A Covilhã e o Concelho vivem dias difíceis. Alguns indicadores evidenciam essa realidade. Em Agosto de 2009, 3813 trabalhadores estavam desempregados, o que corresponde a cerca de 15% da população activa do concelho. O número de beneficiários de rendimento social, que em 2004 era de 574, hoje é 3 vezes superior, abrangendo 1833 pessoas, equivalente a 3,5% da população residente. E todos os dias surgem novas dificuldades. A nova cara da pobreza, sejam estudantes universitários, sejam famílias despedaçadas pelo desemprego, tem na base uma crescente e injusta distribuição da riqueza que não é de hoje, não é só consequência da crise, antes resulta, em aspectos essenciais, das políticas que o Governo Sócrates I, aprofundou e agravou.
E é justamente por isso que vale a pena aqui lembrar, desde logo pelo significado politico que encerra, que poucas horas depois das eleições legislativas que deram maioria relativa ao PS, o INE publicava os dados referentes à estimativa do défice público para 2009, nesse mesmo dia comunicados ao gabinete de estatística da União Europeia. De acordo com o INE, Portugal deverá terminar 2009 com um défice orçamental de 9 658,7 milhões de euros, o que deverá representar 5,9% do PIB (refira-se que em nossa opinião e tendo em conta a informação divulgada pela Direcção Geral do Orçamento até final de Agosto, o défice deverá ser bem superior, podendo mesmo ultrapassar os 7% do PIB). E que nesse mesmo dia a Lusa publicava a notícia de que a Comissão Europeia abrirá em Novembro um novo procedimento por défice excessivo contra Portugal, devido à ultrapassagem do limite dos 3% estabelecido no Pacto de Estabilidade.
Ou seja, como sempre acontece nestas coisas, não é o Governo PS a vir falar no défice orçamental, pois primeiro vêm os organismos oficiais alertar para os pretensos perigos, para depois muito pesaroso vir o executivo tomar as medidas draconianas que pretensamente é obrigado por imposição externa a tomar – corte brutal do investimento público, redução dos apoios sociais, redução do nº de trabalhadores e dos salários reais, privatização de serviços públicos, deterioração das funções sociais do Estado - para poder controlar o défice orçamental.

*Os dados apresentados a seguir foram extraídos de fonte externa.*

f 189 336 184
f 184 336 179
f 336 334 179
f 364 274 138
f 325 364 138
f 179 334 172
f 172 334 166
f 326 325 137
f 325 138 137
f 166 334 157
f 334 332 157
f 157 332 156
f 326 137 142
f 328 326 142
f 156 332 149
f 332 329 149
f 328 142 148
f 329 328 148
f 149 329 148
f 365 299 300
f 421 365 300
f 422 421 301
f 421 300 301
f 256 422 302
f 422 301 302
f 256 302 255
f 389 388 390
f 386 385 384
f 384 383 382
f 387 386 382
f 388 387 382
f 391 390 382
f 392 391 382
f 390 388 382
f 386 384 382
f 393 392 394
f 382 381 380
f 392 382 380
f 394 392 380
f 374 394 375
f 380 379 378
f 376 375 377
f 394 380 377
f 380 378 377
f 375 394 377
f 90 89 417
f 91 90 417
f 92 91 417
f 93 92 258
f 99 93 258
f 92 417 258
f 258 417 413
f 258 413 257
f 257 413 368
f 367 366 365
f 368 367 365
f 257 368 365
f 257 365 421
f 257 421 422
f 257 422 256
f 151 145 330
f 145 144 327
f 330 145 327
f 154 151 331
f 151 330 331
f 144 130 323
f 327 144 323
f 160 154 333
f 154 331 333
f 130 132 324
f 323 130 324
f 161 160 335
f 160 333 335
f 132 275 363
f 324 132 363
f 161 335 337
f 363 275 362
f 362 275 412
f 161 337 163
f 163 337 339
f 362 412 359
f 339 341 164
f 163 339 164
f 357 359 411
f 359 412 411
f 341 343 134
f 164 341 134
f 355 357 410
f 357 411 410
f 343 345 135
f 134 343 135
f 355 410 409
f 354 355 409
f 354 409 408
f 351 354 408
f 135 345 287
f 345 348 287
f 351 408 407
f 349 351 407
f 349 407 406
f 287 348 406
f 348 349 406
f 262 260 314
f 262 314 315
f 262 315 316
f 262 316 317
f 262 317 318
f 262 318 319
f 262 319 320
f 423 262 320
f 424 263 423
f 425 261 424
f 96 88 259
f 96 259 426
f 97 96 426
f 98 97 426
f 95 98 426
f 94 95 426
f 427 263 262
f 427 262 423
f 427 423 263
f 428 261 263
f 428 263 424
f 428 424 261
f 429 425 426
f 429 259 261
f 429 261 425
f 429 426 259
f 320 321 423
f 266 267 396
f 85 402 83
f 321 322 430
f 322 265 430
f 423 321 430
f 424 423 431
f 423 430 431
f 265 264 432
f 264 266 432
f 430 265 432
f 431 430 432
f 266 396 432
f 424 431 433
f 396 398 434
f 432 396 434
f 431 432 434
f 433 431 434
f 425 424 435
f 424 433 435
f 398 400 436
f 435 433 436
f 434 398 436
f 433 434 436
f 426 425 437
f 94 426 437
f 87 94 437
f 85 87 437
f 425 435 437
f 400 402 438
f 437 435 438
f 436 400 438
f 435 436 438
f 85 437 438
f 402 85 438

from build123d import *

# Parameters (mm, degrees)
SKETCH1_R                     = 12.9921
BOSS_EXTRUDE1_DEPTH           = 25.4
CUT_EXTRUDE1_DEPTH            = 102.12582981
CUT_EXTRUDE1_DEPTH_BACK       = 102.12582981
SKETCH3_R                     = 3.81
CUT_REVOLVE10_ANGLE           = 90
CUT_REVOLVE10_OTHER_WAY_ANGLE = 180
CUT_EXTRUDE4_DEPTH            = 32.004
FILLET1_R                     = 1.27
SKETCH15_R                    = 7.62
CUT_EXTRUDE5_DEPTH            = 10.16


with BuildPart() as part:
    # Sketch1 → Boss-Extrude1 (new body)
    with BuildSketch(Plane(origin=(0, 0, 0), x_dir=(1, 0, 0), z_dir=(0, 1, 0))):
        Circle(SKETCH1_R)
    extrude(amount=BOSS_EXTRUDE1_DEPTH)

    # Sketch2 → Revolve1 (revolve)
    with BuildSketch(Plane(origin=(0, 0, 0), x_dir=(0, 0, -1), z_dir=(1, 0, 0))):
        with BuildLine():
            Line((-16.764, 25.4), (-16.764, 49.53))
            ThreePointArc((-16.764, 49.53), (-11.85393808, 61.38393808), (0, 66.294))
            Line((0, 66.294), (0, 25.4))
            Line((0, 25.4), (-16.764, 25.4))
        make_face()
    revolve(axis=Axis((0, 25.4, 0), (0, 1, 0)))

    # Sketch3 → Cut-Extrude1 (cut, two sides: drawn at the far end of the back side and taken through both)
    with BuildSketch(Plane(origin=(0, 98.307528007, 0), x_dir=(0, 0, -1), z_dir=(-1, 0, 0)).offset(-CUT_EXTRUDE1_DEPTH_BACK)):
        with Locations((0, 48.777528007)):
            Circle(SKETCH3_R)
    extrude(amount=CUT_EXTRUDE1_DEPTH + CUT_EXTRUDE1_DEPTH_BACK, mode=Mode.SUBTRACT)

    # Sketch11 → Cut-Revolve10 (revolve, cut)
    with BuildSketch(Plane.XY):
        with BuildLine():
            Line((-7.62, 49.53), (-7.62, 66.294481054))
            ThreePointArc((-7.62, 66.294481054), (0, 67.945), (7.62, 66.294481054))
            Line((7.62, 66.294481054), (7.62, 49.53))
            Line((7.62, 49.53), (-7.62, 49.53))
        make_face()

Ou muito nos enganamos, ou passados os meses em que tudo pareceu cor de rosa - e veja-se o aumento dos preços de electricidade – e as coisas vão voltar a ficar negras para os mesmos de sempre – os trabalhadores, os micro e pequenos empresários, os reformados e os pensionistas, os mais frágeis, sendo que, como é evidente, isto não augura nada de bom no que diz respeito aos recursos financeiros que o Estado Central disponibilizará para as autarquias nos próximos anos.
Senhoras e Senhores
Ter uma ideia para a cidade, para o concelho, um projecto, um sonho, um paradigma, uma utopia, é natural e aconselhável. Mas importa ter sempre em conta algumas questões fundamentais.

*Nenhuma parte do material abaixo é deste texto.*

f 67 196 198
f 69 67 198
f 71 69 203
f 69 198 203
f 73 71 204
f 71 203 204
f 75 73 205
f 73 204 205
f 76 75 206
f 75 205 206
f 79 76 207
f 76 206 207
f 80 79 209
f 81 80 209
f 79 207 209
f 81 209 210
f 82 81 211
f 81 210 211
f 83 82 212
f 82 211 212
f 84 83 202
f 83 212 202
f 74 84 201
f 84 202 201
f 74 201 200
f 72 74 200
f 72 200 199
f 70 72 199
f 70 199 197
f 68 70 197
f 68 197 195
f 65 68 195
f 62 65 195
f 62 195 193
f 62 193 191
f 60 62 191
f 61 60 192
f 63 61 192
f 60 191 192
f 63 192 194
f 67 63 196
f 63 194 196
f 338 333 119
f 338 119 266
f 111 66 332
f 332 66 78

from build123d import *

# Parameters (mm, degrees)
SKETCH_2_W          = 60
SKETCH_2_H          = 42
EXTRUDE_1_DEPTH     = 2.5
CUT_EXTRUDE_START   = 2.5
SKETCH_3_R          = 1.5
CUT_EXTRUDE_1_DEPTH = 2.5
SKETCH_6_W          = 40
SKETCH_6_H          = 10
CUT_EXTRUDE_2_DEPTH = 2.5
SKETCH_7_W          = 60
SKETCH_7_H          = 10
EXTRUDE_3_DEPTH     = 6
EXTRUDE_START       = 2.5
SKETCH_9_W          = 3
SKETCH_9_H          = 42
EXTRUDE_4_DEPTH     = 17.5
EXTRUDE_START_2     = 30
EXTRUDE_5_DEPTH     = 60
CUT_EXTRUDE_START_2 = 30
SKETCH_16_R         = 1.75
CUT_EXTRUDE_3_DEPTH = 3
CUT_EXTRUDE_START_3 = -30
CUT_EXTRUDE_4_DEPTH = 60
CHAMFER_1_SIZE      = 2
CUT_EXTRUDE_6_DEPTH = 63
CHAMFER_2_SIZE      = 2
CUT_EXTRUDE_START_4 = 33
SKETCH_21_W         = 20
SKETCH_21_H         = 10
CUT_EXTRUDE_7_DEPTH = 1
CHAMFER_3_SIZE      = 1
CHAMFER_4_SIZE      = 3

A primeira é que a cidade e o concelho, mais do que pontes, largos, praças e ruas, são as pessoas que aqui vivem e trabalham e é para elas que os responsáveis públicos devem ter sempre as atenções viradas como ponto de partida, fonte permanente de inspiração e destinatários exclusivos da sua actividade. Muitas delas, vivendo muito mal, não conformadas em umas serem filhas e elas enteadas, sem esquecer a pobreza envergonhada. E que tem que se acorrer a todos, mesmo com meios escassos, o que implica a definição participada de prioridades e a canalização urgente de mais apoios para quem mais precisa.
A segunda é que a cidade sobrevive aos brilharetes. Há uma cidade que recebemos que é a que vamos deixar, se possível com valor acrescentado. Onde as marcas que pusermos devem evitar o acessório, o efémero, o show off, a obra de fachada e dar prioridade à (re)construção de alicerces que permitam a elevação da qualidade de vida, sobretudo quando há ainda tanto, e coisas tão importantes para fazer e necessidades básicas para suprir.
A terceira é que quem mais investe na cidade são os particulares. Mas daí não decorre a máxima “o promotor é quem mais ordena”. Importa que invistam cada vez mais, com regras, em que arrecadar mais-valias traga contrapartidas públicas para a melhoria das condições da cidade e do concelho que é de todos. O município realiza, ou é chamado de urgência a realizar, obra directamente. Mas a sua função é também reguladora, licenciadora. E nisso inclui-se o poder que os munícipes conferem de apenas aprovar projectos de acordo com as características essenciais de identidade e distintivas da cidade, preservando sistemas de vistas, a relação com a Serra mas também e cada vez mais com o Rio, promovendo o desenvolvimento equilibrado de funções, actividades económicas, etc.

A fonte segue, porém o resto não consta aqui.